Seen a video on YouTube a while ago, filmed at a car meet, some really cracking examples there, 32's 34's nice evos scoobies and plenty of specced yank stuff, then a standard spec White 33 gtst rolled in, they went nuts for it, the amount of crowds looking and admiring it was crazy.


----------



## goinsleeper (Jan 5, 2017)

Stipete said:


> The 33 is a big old girl compared to the 32. The yanks love big cars so I think (hoping) when the 25yr import rule allows 33's in to the states legally they will surprise everyone with how much they will command.
> Seen a video on YouTube a while ago, filmed at a car meet, some really cracking examples there, 32's 34's nice evos scoobies and plenty of specced yank stuff, then a standard spec White 33 gtst rolled in, they went nuts for it, the amount of crowds looking and admiring it was crazy.

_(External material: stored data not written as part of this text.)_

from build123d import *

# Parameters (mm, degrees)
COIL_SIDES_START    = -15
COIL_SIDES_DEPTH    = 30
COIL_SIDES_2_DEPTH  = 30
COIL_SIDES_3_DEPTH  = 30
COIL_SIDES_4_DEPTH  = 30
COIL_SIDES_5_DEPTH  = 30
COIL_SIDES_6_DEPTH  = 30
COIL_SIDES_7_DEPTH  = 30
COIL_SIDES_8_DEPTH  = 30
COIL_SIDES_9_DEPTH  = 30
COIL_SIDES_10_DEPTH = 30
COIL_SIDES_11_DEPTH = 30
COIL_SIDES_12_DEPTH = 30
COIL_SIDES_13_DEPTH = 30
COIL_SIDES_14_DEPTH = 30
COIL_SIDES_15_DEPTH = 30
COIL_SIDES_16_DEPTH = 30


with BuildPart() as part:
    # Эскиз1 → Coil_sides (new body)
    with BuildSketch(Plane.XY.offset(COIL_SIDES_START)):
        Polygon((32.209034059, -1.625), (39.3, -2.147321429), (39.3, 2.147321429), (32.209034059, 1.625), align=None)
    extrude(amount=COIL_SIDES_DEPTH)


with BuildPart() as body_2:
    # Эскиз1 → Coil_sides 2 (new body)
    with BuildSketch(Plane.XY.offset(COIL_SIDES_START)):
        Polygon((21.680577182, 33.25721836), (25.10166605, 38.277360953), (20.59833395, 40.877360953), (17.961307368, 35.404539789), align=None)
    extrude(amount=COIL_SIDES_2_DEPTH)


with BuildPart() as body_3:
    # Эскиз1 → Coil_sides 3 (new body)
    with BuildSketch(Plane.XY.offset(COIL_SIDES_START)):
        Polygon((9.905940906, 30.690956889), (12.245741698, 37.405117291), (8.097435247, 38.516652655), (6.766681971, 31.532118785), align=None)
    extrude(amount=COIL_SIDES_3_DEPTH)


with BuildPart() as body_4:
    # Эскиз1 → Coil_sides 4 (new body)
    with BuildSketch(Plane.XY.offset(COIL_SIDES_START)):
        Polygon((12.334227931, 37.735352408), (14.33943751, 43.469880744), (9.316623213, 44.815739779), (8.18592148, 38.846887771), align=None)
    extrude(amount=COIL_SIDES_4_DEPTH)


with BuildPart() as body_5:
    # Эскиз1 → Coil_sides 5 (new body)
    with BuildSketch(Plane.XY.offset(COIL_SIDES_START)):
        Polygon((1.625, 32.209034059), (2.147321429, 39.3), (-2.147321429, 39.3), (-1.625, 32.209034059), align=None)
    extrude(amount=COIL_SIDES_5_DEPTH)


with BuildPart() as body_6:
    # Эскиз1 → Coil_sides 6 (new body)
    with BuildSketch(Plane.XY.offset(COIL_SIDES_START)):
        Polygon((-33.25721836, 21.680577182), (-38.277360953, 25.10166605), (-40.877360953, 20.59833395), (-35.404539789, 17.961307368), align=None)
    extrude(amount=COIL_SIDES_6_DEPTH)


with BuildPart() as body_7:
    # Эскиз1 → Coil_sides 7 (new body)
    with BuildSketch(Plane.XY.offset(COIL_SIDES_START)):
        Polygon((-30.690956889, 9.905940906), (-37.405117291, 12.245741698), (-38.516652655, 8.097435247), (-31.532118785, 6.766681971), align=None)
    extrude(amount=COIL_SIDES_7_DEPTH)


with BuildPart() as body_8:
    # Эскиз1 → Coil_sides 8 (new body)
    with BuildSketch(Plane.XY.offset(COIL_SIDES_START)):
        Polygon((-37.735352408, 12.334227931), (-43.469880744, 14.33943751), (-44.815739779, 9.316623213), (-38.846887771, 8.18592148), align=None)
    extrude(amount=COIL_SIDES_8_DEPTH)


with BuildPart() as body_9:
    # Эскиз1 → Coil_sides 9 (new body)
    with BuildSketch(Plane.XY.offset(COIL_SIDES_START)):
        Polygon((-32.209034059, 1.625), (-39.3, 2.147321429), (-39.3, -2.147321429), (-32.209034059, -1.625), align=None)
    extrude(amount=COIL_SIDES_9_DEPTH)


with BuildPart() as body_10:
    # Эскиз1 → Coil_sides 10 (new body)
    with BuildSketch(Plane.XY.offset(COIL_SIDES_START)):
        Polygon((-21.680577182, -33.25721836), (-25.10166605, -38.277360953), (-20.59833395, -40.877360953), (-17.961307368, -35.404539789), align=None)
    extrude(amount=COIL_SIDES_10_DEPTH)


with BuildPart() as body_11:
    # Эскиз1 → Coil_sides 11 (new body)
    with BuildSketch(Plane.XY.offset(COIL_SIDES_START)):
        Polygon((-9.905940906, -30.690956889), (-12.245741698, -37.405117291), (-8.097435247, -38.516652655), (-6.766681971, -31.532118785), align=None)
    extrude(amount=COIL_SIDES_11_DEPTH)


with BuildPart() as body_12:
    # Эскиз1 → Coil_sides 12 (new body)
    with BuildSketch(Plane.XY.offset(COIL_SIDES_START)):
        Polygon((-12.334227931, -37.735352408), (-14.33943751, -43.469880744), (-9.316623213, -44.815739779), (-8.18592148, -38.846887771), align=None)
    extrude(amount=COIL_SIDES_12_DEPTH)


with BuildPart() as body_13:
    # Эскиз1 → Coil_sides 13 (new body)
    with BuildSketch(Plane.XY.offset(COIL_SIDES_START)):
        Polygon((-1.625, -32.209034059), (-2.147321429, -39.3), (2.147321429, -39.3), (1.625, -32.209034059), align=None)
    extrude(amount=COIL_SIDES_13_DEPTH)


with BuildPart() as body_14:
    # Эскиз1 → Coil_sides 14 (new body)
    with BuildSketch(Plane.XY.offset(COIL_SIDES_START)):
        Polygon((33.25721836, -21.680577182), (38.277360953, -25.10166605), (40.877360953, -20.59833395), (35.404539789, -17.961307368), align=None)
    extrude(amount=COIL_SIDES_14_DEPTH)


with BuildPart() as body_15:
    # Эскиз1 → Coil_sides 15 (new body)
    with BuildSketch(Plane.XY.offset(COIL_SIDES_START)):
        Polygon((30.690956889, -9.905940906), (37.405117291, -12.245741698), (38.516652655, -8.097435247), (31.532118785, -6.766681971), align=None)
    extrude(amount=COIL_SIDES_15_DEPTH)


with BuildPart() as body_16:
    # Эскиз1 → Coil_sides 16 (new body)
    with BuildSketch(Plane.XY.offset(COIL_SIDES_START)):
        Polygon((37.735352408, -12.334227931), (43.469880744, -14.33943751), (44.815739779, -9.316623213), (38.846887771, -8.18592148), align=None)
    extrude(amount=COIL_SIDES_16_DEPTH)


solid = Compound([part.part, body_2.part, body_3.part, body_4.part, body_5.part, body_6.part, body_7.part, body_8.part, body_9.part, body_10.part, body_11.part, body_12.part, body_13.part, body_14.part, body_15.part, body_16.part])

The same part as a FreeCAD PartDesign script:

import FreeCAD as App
import Part
import Sketcher
Q = App.Units.Quantity

doc = App.newDocument("Part")
params = doc.addObject("Spreadsheet::Sheet", "Params")
for row, (alias, value) in enumerate([
    ("sketch1_height", "3.25 mm"),
    ("pad1_length", "30 mm"),
    ("sketch2_length", "5.2 mm"),
    ("pad2_length", "30 mm"),
    ("sketch3_length", "3.25 mm"),
    ("pad3_length", "30 mm"),
    ("sketch4_length", "5.2 mm"),
    ("pad4_length", "30 mm"),
    ("sketch5_width", "3.25 mm"),
    ("pad5_length", "30 mm"),
    ("sketch6_length", "5.2 mm"),
    ("pad6_length", "30 mm"),
    ("sketch7_length", "3.25 mm"),
    ("pad7_length", "30 mm"),
    ("sketch8_length", "5.2 mm"),
    ("pad8_length", "30 mm"),
    ("sketch9_height", "3.25 mm"),
    ("pad9_length", "30 mm"),
    ("sketch10_length", "5.2 mm"),
    ("pad10_length", "30 mm"),
    ("sketch11_length", "3.25 mm"),
    ("pad11_length", "30 mm"),
    ("sketch12_length", "5.2 mm"),
    ("pad12_length", "30 mm"),
    ("sketch13_width", "3.25 mm"),
    ("pad13_length", "30 mm"),
    ("sketch14_length", "5.2 mm"),
    ("pad14_length", "30 mm"),
    ("sketch15_length", "3.25 mm"),
    ("pad15_length", "30 mm"),
    ("sketch16_length", "5.2 mm"),
    ("pad16_length", "30 mm"),
], start=1):
    params.set(f"A{row}", alias)
    params.set(f"B{row}", "=" + value)
    params.setAlias(f"B{row}", alias)

body = doc.addObject("PartDesign::Body", "Body")
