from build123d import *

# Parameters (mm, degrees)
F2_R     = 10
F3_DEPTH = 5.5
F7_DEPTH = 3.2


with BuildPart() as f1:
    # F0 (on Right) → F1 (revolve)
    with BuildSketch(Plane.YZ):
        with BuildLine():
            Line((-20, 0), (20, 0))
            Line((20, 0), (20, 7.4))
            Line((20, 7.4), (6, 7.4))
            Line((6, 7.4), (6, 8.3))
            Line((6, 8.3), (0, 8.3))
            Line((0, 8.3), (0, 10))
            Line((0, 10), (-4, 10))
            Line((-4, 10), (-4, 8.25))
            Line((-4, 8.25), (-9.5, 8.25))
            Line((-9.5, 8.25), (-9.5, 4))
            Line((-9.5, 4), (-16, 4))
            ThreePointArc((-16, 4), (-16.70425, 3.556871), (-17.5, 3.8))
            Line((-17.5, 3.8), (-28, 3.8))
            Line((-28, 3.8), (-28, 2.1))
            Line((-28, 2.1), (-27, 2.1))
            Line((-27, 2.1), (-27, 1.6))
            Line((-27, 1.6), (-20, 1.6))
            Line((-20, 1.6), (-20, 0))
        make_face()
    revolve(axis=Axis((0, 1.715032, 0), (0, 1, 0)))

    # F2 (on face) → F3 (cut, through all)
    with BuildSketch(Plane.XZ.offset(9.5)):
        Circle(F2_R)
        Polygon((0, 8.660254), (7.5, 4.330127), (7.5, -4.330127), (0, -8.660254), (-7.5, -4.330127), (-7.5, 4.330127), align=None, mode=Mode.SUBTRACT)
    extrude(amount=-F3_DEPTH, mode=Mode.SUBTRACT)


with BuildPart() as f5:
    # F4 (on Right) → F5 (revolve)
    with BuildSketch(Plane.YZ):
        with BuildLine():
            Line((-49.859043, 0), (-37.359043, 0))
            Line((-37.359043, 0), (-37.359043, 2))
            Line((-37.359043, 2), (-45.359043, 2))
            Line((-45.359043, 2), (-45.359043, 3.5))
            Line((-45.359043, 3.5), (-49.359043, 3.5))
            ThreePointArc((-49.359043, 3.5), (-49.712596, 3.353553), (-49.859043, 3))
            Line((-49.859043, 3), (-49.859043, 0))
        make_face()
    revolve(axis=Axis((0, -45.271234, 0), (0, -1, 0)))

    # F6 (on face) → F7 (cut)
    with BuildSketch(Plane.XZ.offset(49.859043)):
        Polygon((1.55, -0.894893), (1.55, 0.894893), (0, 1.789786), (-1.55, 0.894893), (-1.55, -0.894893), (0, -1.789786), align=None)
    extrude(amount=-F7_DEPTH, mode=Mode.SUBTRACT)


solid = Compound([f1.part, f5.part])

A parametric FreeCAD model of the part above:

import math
import FreeCAD as App
import Part
import Sketcher
from FreeCAD import Vector
Q = App.Units.Quantity


def add_polygon(sketch, points):
    """Adds a closed chain of lines whose ends are joined by coincident constraints."""
    first, n = sketch.GeometryCount, len(points)
    for a, b in zip(points, points[1:] + points[:1]):
        sketch.addGeometry(Part.LineSegment(App.Vector(*a, 0), App.Vector(*b, 0)), False)
    for i in range(n):
        sketch.addConstraint(Sketcher.Constraint("Coincident", first + i, 2, first + (i + 1) % n, 1))

doc = App.newDocument("Part")
body = doc.addObject("PartDesign::Body", "Body")

# Sketch on YZ plane
sketch1 = body.newObject("Sketcher::SketchObject", "Sketch")
sketch1.AttachmentSupport = (doc.getObject("YZ_Plane"), [""])
sketch1.MapMode = "FlatFace"
sketch1.addGeometry(Part.LineSegment(Vector(-20, 0, 0), Vector(20, 0, 0)), False)
sketch1.addGeometry(Part.LineSegment(Vector(20, 0, 0), Vector(20, 7.4, 0)), False)
sketch1.addGeometry(Part.LineSegment(Vector(20, 7.4, 0), Vector(6, 7.4, 0)), False)
sketch1.addGeometry(Part.LineSegment(Vector(6, 7.4, 0), Vector(6, 8.3, 0)), False)
sketch1.addGeometry(Part.LineSegment(Vector(6, 8.3, 0), Vector(0, 8.3, 0)), False)
sketch1.addGeometry(Part.LineSegment(Vector(0, 8.3, 0), Vector(0, 10, 0)), False)
sketch1.addGeometry(Part.LineSegment(Vector(0, 10, 0), Vector(-4, 10, 0)), False)
sketch1.addGeometry(Part.LineSegment(Vector(-4, 10, 0), Vector(-4, 8.2, 0)), False)
sketch1.addGeometry(Part.LineSegment(Vector(-4, 8.2, 0), Vector(-9.5, 8.2, 0)), False)
sketch1.addGeometry(Part.LineSegment(Vector(-9.5, 8.2, 0), Vector(-9.5, 4, 0)), False)
sketch1.addGeometry(Part.LineSegment(Vector(-9.5, 4, 0), Vector(-16, 4, 0)), False)
sketch1.addGeometry(Part.ArcOfCircle(Part.Circle(Vector(-16.8, 4.5, 0), Vector(0, 0, 1), 1), math.radians(-132), math.radians(-33)), False)
sketch1.addGeometry(Part.LineSegment(Vector(-17.5, 3.8, 0), Vector(-28, 3.8, 0)), False)
sketch1.addGeometry(Part.LineSegment(Vector(-28, 3.8, 0), Vector(-28, 2.1, 0)), False)
sketch1.addGeometry(Part.LineSegment(Vector(-28, 2.1, 0), Vector(-27, 2.1, 0)), False)
sketch1.addGeometry(Part.LineSegment(Vector(-27, 2.1, 0), Vector(-27, 1.6, 0)), False)
sketch1.addGeometry(Part.LineSegment(Vector(-27, 1.6, 0), Vector(-20, 1.6, 0)), False)
sketch1.addGeometry(Part.LineSegment(Vector(-20, 1.6, 0), Vector(-20, 0, 0)), False)
sketch1.addConstraint(Sketcher.Constraint("Coincident", 0, 2, 1, 1))
sketch1.addConstraint(Sketcher.Constraint("Coincident", 1, 2, 2, 1))
sketch1.addConstraint(Sketcher.Constraint("Coincident", 2, 2, 3, 1))
sketch1.addConstraint(Sketcher.Constraint("Coincident", 3, 2, 4, 1))
sketch1.addConstraint(Sketcher.Constraint("Coincident", 4, 2, 5, 1))
sketch1.addConstraint(Sketcher.Constraint("Coincident", 5, 2, 6, 1))
sketch1.addConstraint(Sketcher.Constraint("Coincident", 6, 2, 7, 1))
sketch1.addConstraint(Sketcher.Constraint("Coincident", 7, 2, 8, 1))
sketch1.addConstraint(Sketcher.Constraint("Coincident", 8, 2, 9, 1))
sketch1.addConstraint(Sketcher.Constraint("Coincident", 9, 2, 10, 1))
sketch1.addConstraint(Sketcher.Constraint("Coincident", 10, 2, 11, 2))
sketch1.addConstraint(Sketcher.Constraint("Coincident", 11, 1, 12, 1))
sketch1.addConstraint(Sketcher.Constraint("Coincident", 12, 2, 13, 1))
sketch1.addConstraint(Sketcher.Constraint("Coincident", 13, 2, 14, 1))
sketch1.addConstraint(Sketcher.Constraint("Coincident", 14, 2, 15, 1))
sketch1.addConstraint(Sketcher.Constraint("Coincident", 15, 2, 16, 1))
sketch1.addConstraint(Sketcher.Constraint("Coincident", 16, 2, 17, 1))
sketch1.addConstraint(Sketcher.Constraint("Coincident", 17, 2, 0, 1))
sketch1.addConstraint(Sketcher.Constraint("Horizontal", 0))
sketch1.addConstraint(Sketcher.Constraint("Vertical", 1))
sketch1.addConstraint(Sketcher.Constraint("Horizontal", 2))
sketch1.addConstraint(Sketcher.Constraint("Vertical", 3))
sketch1.addConstraint(Sketcher.Constraint("Horizontal", 4))
sketch1.addConstraint(Sketcher.Constraint("Vertical", 5))
sketch1.addConstraint(Sketcher.Constraint("Horizontal", 6))
sketch1.addConstraint(Sketcher.Constraint("Vertical", 7))
sketch1.addConstraint(Sketcher.Constraint("Horizontal", 8))
sketch1.addConstraint(Sketcher.Constraint("Vertical", 9))
sketch1.addConstraint(Sketcher.Constraint("Horizontal", 10))
sketch1.addConstraint(Sketcher.Constraint("Horizontal", 12))
sketch1.addConstraint(Sketcher.Constraint("Vertical", 13))
sketch1.addConstraint(Sketcher.Constraint("Horizontal", 14))
sketch1.addConstraint(Sketcher.Constraint("Vertical", 15))
sketch1.addConstraint(Sketcher.Constraint("Horizontal", 16))
sketch1.addConstraint(Sketcher.Constraint("Vertical", 17))
sketch1.addConstraint(Sketcher.Constraint("Symmetric", 0, 2, 17, 2, -1, 1))
sketch1.addConstraint(Sketcher.Constraint("PointOnObject", 4, 2, -2))
sketch1.addConstraint(Sketcher.Constraint("Equal", 5, 13))
sketch1.addConstraint(Sketcher.Constraint("Radius", 11, 0.999999))
sketch1.addConstraint(Sketcher.Constraint("DistanceX", 0, 1, 0, 2, 40.0))
sketch1.addConstraint(Sketcher.Constraint("DistanceX", 2, 2, 2, 1, 14.0))
sketch1.addConstraint(Sketcher.Constraint("DistanceX", 6, 2, 6, 1, 4.0))
sketch1.addConstraint(Sketcher.Constraint("DistanceX", 14, 1, 14, 2, 1.0))
sketch1.addConstraint(Sketcher.Constraint("DistanceX", 16, 1, 16, 2, 7.0))
sketch1.addConstraint(Sketcher.Constraint("DistanceX", 8, 2, 8, 1, 5.5))
sketch1.addConstraint(Sketcher.Constraint("DistanceX", 10, 2, 10, 1, 6.5))
sketch1.addConstraint(Sketcher.Constraint("DistanceX", 12, 2, 12, 1, 10.5))
sketch1.addConstraint(Sketcher.Constraint("DistanceY", 1, 1, 1, 2, 7.4))
sketch1.addConstraint(Sketcher.Constraint("DistanceY", 3, 1, 3, 2, 0.9))
sketch1.addConstraint(Sketcher.Constraint("DistanceY", 5, 1, 5, 2, 1.7))
sketch1.addConstraint(Sketcher.Constraint("DistanceY", 15, 2, 15, 1, 0.5))
sketch1.addConstraint(Sketcher.Constraint("DistanceY", 17, 2, 17, 1, 1.6))
sketch1.addConstraint(Sketcher.Constraint("DistanceY", -1, 1, 9, 2, 4.0))
sketch1.addConstraint(Sketcher.Constraint("DistanceY", 7, 2, 7, 1, 1.75))
revolution = body.newObject("PartDesign::Revolution", "Revolution")
revolution.Profile = sketch1
revolution.ReferenceAxis = (sketch1, ["H_Axis"])
revolution.Angle = 360

# Sketch on XZ plane
sketch2 = body.newObject("Sketcher::SketchObject", "Sketch001")
sketch2.AttachmentSupport = (doc.getObject("XZ_Plane"), [""])
sketch2.MapMode = "FlatFace"
sketch2.AttachmentOffset = App.Placement(Vector(0, 0, 9.5), App.Rotation())
sketch2.addGeometry(Part.Circle(Vector(0, 0, 0), Vector(0, 0, 1), 10), False)  # 0
add_polygon(sketch2, [(-8, 4), (0, 9), (8, 4), (8, -4), (0, -9), (-8, -4)])  # lines 1-6
sketch2.addConstraint(Sketcher.Constraint("Vertical", 3))
sketch2.addConstraint(Sketcher.Constraint("Vertical", 6))
sketch2.addConstraint(Sketcher.Constraint("Coincident", 0, 3, -1, 1))
sketch2.addConstraint(Sketcher.Constraint("Symmetric", 1, 2, 4, 2, -1, 1))
sketch2.addConstraint(Sketcher.Constraint("Symmetric", 2, 2, 5, 2, -1, 1))
sketch2.addConstraint(Sketcher.Constraint("PointOnObject", 1, 2, -2))
sketch2.addConstraint(Sketcher.Constraint("Parallel", 1, 4))
sketch2.addConstraint(Sketcher.Constraint("Horizontal", 3, 2, 5, 2))
sketch2.addConstraint(Sketcher.Constraint("Diameter", 0, 20.0))
sketch2.addConstraint(Sketcher.Constraint("Angle", 1, Q("30 deg")))
sketch2.addConstraint(Sketcher.Constraint("DistanceX", 5, 2, 3, 2, 15.0))
sketch2.addConstraint(Sketcher.Constraint("DistanceY", 3, 2, 3, 1, 8.660254))
pocket1 = body.newObject("PartDesign::Pocket", "Pocket")
pocket1.Profile = sketch2
pocket1.Length = 5.5
body2 = doc.addObject("PartDesign::Body", "Body001")

# Sketch on YZ plane
sketch3 = body2.newObject("Sketcher::SketchObject", "Sketch002")
sketch3.AttachmentSupport = (doc.getObject("YZ_Plane001"), [""])
sketch3.MapMode = "FlatFace"
sketch3.addGeometry(Part.LineSegment(Vector(-49.9, 0, 0), Vector(-37.4, 0, 0)), False)
sketch3.addGeometry(Part.LineSegment(Vector(-37.4, 0, 0), Vector(-37.4, 2, 0)), False)
sketch3.addGeometry(Part.LineSegment(Vector(-37.4, 2, 0), Vector(-45.4, 2, 0)), False)
sketch3.addGeometry(Part.LineSegment(Vector(-45.4, 2, 0), Vector(-45.4, 3.5, 0)), False)
sketch3.addGeometry(Part.LineSegment(Vector(-45.4, 3.5, 0), Vector(-49.4, 3.5, 0)), False)
sketch3.addGeometry(Part.ArcOfCircle(Part.Circle(Vector(-49.4, 3, 0), Vector(0, 0, 1), 0.5), math.radians(90), math.radians(180)), False)
sketch3.addGeometry(Part.LineSegment(Vector(-49.9, 3, 0), Vector(-49.9, 0, 0)), False)
sketch3.addConstraint(Sketcher.Constraint("Coincident", 0, 2, 1, 1))
sketch3.addConstraint(Sketcher.Constraint("Coincident", 1, 2, 2, 1))
sketch3.addConstraint(Sketcher.Constraint("Coincident", 2, 2, 3, 1))
sketch3.addConstraint(Sketcher.Constraint("Coincident", 3, 2, 4, 1))
sketch3.addConstraint(Sketcher.Constraint("Coincident", 4, 2, 5, 1))
sketch3.addConstraint(Sketcher.Constraint("Coincident", 5, 2, 6, 1))
sketch3.addConstraint(Sketcher.Constraint("Coincident", 6, 2, 0, 1))
sketch3.addConstraint(Sketcher.Constraint("Horizontal", 0))
sketch3.addConstraint(Sketcher.Constraint("Vertical", 1))
sketch3.addConstraint(Sketcher.Constraint("Horizontal", 2))
sketch3.addConstraint(Sketcher.Constraint("Vertical", 3))
sketch3.addConstraint(Sketcher.Constraint("Horizontal", 4))
sketch3.addConstraint(Sketcher.Constraint("Vertical", 6))
sketch3.addConstraint(Sketcher.Constraint("PointOnObject", 0, 2, -1))
sketch3.addConstraint(Sketcher.Constraint("Vertical", 5, 3, 4, 2))
sketch3.addConstraint(Sketcher.Constraint("Radius", 5, 0.500001))
sketch3.addConstraint(Sketcher.Constraint("DistanceX", 2, 2, 2, 1, 8.0))
sketch3.addConstraint(Sketcher.Constraint("DistanceX", 4, 2, 4, 1, 4.0))
sketch3.addConstraint(Sketcher.Constraint("DistanceY", 1, 1, 1, 2, 2.0))
sketch3.addConstraint(Sketcher.Constraint("DistanceY", 6, 2, 6, 1, 3.0))
sketch3.addConstraint(Sketcher.Constraint("DistanceY", 3, 1, 3, 2, 1.5))
sketch3.addConstraint(Sketcher.Constraint("DistanceX", 5, 3, -1, 1, 49.359042))
revolution2 = body2.newObject("PartDesign::Revolution", "Revolution001")
revolution2.Profile = sketch3
revolution2.ReferenceAxis = (sketch3, ["H_Axis"])
revolution2.Angle = 360

# Sketch on XZ plane
sketch4 = body2.newObject("Sketcher::SketchObject", "Sketch003")
sketch4.AttachmentSupport = (doc.getObject("XZ_Plane001"), [""])
sketch4.MapMode = "FlatFace"
sketch4.AttachmentOffset = App.Placement(Vector(0, 0, 49.859043), App.Rotation())
add_polygon(sketch4, [(1.6, -0.9), (1.6, 0.9), (0, 1.8), (-1.6, 0.9), (-1.6, -0.9), (0, -1.8)])  # lines 0-5
sketch4.addConstraint(Sketcher.Constraint("Vertical", 0))
sketch4.addConstraint(Sketcher.Constraint("Vertical", 3))
sketch4.addConstraint(Sketcher.Constraint("Symmetric", 0, 2, 3, 2, -1, 1))
sketch4.addConstraint(Sketcher.Constraint("Symmetric", 1, 2, 4, 2, -1, 1))
sketch4.addConstraint(Sketcher.Constraint("PointOnObject", 1, 2, -2))
sketch4.addConstraint(Sketcher.Constraint("Parallel", 2, 5))
sketch4.addConstraint(Sketcher.Constraint("Horizontal", 0, 2, 2, 2))
sketch4.addConstraint(Sketcher.Constraint("Angle", 1, Q("149.999998 deg")))
sketch4.addConstraint(Sketcher.Constraint("DistanceX", 2, 2, 0, 2, 3.1))
sketch4.addConstraint(Sketcher.Constraint("DistanceY", 0, 1, 0, 2, 1.789786))
pocket2 = body2.newObject("PartDesign::Pocket", "Pocket001")
pocket2.Profile = sketch4
pocket2.Length = 3.2

doc.recompute()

Yes and no. As far as us liking bigger cars, that's down to the person. Chances are if someone likes the bigger stuff, they don't care for the genre coming out of Japan. I've been to quite a few meets and car shows in the past few months and have heard almost no enthusiasm for R33's. That could be my demographic, but I'm not a big fan of the 33 either. If anyone mentions a 33 to me, it's because they know someone trying to sell one. I think part of the appeal of the R32 was that it was never sold here, or outside Japan to be fair. It's right hand drive, and it's a Skyline. Americans have a short attention span. Now that the craze has been realized, I don't suspect the market for R33's to be as good for as long as the R32's. I suspect a year, maybe two, of hype, then a swift downward curve. We're already seeing it for the R32. The market was flooded too quickly. Prices have gone up as much as $10k in the past year, depending on where you look. It's borderline crazy. A lot of sellers were upping the price a bit per sale. That quickly put them in a realm of not being able to move vehicles. I saw a few places that were selling R32's like hotcakes for about a year and a half, and their greed won out. They suddenly had a problem moving cars. Their prices rose as new buyers became more scarce. This caused an exponential decline in sales. This is bound to happen in any niche, where the market has to dampen before leveling off. Americans, especially those that offer a service or product, are generally very greedy. Unchecked capitalism is beyond painful. I have a good friend who loves cars who recently got stationed in Germany. He priced ceramic coating for his car over here, before he left. It cost him 1/3 the amount getting it done in Germany. I'm not saying that's the case for everything, but it definitely seems to be a common trend over here.


----------



## ShopGTR (Oct 4, 2007)

Id have to disagree with the above sentiments. 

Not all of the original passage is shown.